Why ‘Pivot’ Isn’t an Option for Smith and Polivre


Winning the party leadership race and winning the general election are two different things. A policy that appeals to loyal political parties may seem unsalable to a large portion of the population.

Newly elected Conservative leaders Pierre Polivre and Daniel Smith have struck a balance between staying true to their election promises and presenting voters with a winning political outcome. You have to understand what you are doing. Self-proclaimed political pundits were no doubt whispering in the ears of new leaders, advising them to change direction from leadership the moment they won their respective elections.
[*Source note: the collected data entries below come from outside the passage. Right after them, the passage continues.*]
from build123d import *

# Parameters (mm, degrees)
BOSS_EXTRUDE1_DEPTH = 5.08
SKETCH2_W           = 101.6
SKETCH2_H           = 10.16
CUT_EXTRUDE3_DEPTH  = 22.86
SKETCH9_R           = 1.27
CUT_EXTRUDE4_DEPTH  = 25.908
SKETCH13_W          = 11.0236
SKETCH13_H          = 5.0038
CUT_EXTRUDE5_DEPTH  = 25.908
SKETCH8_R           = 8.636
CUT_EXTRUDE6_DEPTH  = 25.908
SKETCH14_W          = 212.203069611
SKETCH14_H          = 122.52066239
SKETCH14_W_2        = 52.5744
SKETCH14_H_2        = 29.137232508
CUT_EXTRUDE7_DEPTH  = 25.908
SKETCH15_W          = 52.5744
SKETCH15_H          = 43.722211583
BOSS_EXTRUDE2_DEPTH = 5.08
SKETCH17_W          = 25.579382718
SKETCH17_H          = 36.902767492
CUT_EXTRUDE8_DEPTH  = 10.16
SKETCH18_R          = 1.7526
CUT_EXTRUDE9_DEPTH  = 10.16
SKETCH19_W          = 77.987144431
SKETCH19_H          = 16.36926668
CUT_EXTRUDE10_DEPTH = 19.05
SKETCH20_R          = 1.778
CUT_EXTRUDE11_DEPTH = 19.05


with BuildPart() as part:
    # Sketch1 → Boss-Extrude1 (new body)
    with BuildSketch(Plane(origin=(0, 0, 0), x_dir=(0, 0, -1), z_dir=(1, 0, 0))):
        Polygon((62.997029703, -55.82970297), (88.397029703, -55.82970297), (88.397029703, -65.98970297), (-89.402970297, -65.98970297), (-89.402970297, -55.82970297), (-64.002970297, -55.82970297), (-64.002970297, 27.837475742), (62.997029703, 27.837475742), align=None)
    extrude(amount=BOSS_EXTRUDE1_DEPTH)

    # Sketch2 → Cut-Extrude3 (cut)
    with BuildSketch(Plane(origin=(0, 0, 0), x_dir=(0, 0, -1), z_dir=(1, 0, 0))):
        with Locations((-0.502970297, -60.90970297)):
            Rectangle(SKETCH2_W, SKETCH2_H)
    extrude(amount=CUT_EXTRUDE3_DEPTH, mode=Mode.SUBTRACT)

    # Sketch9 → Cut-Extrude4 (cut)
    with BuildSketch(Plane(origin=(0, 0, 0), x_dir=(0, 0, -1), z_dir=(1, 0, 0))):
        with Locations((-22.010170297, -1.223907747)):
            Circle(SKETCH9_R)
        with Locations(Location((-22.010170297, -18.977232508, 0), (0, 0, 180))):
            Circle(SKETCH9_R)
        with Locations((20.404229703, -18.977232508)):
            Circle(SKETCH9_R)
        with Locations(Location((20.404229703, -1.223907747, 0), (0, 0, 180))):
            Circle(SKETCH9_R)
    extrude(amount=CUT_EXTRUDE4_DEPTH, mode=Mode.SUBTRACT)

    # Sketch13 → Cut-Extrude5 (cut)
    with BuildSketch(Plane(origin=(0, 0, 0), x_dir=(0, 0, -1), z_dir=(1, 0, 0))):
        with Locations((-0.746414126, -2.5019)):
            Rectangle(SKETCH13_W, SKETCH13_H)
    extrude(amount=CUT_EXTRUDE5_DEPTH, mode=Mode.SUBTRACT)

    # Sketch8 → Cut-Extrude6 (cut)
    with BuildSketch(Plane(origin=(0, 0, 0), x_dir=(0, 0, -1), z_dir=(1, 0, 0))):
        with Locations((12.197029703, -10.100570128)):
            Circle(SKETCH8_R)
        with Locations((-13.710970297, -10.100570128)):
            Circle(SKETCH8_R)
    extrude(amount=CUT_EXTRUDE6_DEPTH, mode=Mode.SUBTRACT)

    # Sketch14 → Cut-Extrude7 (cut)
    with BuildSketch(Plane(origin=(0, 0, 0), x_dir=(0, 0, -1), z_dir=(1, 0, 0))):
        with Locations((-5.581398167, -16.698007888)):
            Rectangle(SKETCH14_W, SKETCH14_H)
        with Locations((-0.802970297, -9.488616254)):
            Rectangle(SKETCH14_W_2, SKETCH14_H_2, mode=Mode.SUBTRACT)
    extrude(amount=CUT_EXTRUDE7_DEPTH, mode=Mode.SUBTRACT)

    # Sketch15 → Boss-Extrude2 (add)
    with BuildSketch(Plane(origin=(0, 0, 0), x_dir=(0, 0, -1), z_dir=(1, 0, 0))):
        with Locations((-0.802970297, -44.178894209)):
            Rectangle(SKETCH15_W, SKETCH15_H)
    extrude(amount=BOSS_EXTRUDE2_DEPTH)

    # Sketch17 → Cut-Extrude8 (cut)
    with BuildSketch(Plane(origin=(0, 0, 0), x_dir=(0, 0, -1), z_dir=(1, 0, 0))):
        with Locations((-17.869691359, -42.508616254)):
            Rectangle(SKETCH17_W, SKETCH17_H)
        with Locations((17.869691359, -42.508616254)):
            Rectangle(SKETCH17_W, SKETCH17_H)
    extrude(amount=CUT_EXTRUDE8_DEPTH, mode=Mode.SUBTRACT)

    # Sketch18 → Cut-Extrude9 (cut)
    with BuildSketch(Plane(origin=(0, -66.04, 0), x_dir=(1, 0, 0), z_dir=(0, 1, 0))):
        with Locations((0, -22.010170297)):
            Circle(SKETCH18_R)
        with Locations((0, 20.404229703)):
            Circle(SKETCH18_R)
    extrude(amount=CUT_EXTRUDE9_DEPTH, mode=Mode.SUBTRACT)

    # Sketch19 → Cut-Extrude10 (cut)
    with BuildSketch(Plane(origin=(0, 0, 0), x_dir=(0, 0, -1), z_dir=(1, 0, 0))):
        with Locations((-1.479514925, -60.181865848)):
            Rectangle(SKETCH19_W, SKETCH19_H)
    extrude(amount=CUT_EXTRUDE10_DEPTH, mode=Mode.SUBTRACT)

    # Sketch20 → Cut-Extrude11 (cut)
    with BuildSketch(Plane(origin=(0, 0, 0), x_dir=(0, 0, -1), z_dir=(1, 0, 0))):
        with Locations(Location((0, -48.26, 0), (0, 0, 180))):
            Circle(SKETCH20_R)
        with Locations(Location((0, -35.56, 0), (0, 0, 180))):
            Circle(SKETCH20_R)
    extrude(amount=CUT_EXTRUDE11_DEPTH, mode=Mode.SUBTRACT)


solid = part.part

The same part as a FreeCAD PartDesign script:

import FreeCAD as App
import Part
import Sketcher

V = App.Vector
Q = App.Units.Quantity


def add_polygon(sketch, points):
    """Adds a closed chain of lines whose ends are joined by coincident constraints."""
    first, n = sketch.GeometryCount, len(points)
    for a, b in zip(points, points[1:] + points[:1]):
        sketch.addGeometry(Part.LineSegment(App.Vector(*a, 0), App.Vector(*b, 0)), False)
    for i in range(n):
        sketch.addConstraint(Sketcher.Constraint("Coincident", first + i, 2, first + (i + 1) % n, 1))

doc = App.newDocument("Part")
body = doc.addObject("PartDesign::Body", "Body")

# Sketch on YZ plane
sketch1 = body.newObject("Sketcher::SketchObject", "Sketch")
sketch1.AttachmentSupport = (doc.getObject("YZ_Plane"), [""])
sketch1.MapMode = "FlatFace"
add_polygon(sketch1, [(-55.829703, -88.39703), (-55.829703, -62.99703), (27.837476, -62.99703), (27.837476, 64.00297), (-55.829703, 64.00297), (-55.829703, 89.40297), (-65.989703, 89.40297), (-65.989703, -88.39703)])  # lines 0-7
sketch1.addConstraint([
    Sketcher.Constraint("Vertical", 0),
    Sketcher.Constraint("Horizontal", 1),
    Sketcher.Constraint("Vertical", 2),
    Sketcher.Constraint("Horizontal", 3),
    Sketcher.Constraint("Vertical", 4),
    Sketcher.Constraint("Horizontal", 5),
    Sketcher.Constraint("Vertical", 6),
    Sketcher.Constraint("Horizontal", 7),
    Sketcher.Constraint("Vertical", 0, 2, 3, 2),
    Sketcher.Constraint("Equal", 0, 4),
    Sketcher.Constraint("DistanceY", 0, 1, 0, 2, Q("1 in")),
    Sketcher.Constraint("DistanceY", 2, 1, 2, 2, Q("5 in")),
    Sketcher.Constraint("DistanceX", 5, 2, 5, 1, Q("0.4 in")),
    Sketcher.Constraint("DistanceX", 1, 1, 1, 2, Q("83.667179 mm")),
    Sketcher.Constraint("DistanceY", 0, 2, -1, 1, Q("62.99703 mm")),
    Sketcher.Constraint("DistanceX", 0, 2, -1, 1, Q("55.829703 mm")),
])
pad1 = body.newObject("PartDesign::Pad", "Pad")
pad1.Profile = sketch1
pad1.Length = Q("0.2 in")
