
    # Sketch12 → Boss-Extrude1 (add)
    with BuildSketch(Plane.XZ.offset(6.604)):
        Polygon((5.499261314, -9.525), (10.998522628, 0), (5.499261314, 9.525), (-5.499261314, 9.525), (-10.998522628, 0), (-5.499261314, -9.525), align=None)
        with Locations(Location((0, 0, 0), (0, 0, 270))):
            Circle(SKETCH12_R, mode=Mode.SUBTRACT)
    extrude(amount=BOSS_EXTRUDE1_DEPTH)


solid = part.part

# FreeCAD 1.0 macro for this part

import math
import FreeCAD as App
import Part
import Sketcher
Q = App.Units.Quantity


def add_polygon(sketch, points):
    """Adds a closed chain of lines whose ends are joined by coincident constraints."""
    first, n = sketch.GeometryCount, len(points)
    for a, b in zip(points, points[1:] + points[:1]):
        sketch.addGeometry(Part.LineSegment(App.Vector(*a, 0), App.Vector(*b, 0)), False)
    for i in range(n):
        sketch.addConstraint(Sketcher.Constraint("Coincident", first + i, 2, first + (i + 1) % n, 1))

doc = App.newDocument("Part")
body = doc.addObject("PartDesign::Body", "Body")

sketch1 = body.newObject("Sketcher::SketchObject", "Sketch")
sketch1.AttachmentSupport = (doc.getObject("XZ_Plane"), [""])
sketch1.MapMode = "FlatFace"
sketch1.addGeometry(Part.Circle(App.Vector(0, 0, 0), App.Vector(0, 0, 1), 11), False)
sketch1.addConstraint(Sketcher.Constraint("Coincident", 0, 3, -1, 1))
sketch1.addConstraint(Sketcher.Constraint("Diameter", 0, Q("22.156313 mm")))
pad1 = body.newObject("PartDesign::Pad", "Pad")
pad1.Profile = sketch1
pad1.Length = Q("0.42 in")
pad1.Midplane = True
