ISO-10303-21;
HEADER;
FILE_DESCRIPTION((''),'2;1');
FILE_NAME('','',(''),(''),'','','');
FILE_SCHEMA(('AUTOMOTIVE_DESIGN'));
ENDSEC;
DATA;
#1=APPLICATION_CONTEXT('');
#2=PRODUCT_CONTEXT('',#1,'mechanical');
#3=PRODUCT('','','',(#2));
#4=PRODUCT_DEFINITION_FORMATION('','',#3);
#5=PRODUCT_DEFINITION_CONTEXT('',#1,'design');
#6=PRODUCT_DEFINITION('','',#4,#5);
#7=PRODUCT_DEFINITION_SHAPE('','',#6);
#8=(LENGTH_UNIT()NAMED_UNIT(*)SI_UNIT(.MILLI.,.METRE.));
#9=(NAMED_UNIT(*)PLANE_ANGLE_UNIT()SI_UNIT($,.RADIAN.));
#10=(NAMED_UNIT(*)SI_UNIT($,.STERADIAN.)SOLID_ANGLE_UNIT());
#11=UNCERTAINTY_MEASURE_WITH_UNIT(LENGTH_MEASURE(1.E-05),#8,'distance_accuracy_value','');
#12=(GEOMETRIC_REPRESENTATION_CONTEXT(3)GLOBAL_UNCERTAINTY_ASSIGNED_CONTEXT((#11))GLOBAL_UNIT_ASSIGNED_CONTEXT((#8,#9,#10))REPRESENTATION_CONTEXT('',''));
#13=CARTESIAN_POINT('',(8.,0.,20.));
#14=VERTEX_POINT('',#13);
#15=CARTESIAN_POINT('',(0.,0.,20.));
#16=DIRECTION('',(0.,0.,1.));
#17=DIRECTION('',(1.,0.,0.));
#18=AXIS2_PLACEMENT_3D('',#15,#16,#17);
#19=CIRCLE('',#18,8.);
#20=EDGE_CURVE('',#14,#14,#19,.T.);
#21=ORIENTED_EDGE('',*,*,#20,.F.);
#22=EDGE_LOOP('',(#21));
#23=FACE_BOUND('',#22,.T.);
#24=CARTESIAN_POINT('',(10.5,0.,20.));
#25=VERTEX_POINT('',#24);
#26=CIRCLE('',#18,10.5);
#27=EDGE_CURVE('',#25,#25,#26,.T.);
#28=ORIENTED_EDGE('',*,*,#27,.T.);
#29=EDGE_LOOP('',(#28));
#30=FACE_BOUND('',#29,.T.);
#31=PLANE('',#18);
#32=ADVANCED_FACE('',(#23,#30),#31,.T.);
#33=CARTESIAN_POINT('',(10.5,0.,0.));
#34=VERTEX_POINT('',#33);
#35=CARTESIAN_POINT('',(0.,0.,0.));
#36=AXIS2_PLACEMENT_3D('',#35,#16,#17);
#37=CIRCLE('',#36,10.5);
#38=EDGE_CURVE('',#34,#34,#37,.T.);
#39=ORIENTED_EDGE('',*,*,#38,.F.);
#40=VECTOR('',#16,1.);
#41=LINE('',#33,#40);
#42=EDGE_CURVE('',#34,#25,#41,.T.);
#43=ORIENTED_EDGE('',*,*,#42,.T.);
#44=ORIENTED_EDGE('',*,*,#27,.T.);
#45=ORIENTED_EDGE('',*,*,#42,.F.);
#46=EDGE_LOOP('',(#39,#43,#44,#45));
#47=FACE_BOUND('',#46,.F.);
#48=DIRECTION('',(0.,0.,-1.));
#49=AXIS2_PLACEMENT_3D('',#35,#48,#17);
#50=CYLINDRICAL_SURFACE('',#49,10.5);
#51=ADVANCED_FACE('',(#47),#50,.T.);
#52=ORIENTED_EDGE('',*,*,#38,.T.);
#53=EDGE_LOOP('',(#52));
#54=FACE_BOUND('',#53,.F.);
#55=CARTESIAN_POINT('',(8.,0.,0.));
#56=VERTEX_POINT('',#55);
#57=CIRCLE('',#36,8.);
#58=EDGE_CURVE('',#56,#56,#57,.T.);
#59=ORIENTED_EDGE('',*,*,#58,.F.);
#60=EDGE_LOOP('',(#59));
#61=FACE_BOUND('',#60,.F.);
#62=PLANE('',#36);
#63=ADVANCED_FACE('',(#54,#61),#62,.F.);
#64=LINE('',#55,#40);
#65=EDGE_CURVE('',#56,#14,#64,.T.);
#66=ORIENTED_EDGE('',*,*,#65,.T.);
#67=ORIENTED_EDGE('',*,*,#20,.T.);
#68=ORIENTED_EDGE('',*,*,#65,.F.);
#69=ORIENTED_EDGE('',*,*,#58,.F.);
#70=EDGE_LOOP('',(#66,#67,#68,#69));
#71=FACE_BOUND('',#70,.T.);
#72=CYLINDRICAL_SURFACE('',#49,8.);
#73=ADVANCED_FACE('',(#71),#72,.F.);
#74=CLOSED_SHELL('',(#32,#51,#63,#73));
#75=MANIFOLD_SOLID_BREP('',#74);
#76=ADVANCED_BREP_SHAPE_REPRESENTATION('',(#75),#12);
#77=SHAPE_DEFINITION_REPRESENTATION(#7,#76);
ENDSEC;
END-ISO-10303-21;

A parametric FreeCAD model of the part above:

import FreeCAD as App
import Part
import Sketcher
Q = App.Units.Quantity

doc = App.newDocument("Part")
body = doc.addObject("PartDesign::Body", "Body")

sketch1 = doc.addObject("Sketcher::SketchObject", "Sketch")
body.addObject(sketch1)
sketch1.AttachmentSupport = (doc.XY_Plane, [""])
sketch1.MapMode = "FlatFace"
sketch1.addGeometry([
    Part.Circle(App.Vector(0, 0, 0), App.Vector(0, 0, 1), 10),
    Part.Circle(App.Vector(0, 0, 0), App.Vector(0, 0, 1), 8),
], False)
sketch1.addConstraint([
    Sketcher.Constraint("Coincident", 0, 3, -1, 1),
    Sketcher.Constraint("Coincident", 1, 3, -1, 1),
    Sketcher.Constraint("Diameter", 0, Q("21 mm")),
    Sketcher.Constraint("Diameter", 1, Q("16 mm")),
])
pad1 = doc.addObject("PartDesign::Pad", "Pad")
body.addObject(pad1)
pad1.Profile = sketch1
pad1.Length = 20

doc.recompute()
Both leaders seem to have resisted the temptation to turn back. So far, at least.

Neither Erin O’Toole nor Jason Kenny were willing to step down from their roles as party leader. They were both dishonorably territorialized by their own party compatriots. In O’Toole, it was by caucus, and in Kenny’s, it was by popular vote by party members. In both cases, the leaders were perceived to have made high promises while keeping conservative principles low. Polivre and Smith must have the fate of their predecessors in mind when considering a change in policy stance.

O’Toole flip-flopped on some key planks of his leadership campaign as soon as he won the race. His promises to end the carbon tax, stop funding the CBC, repeal the recent firearms ban and allow MPs to vote freely have faded, much to the chagrin of Conservatives. Party members relented when O’Toole’s abandonment of conservative principles didn’t lead to votes in his 2021 federal election.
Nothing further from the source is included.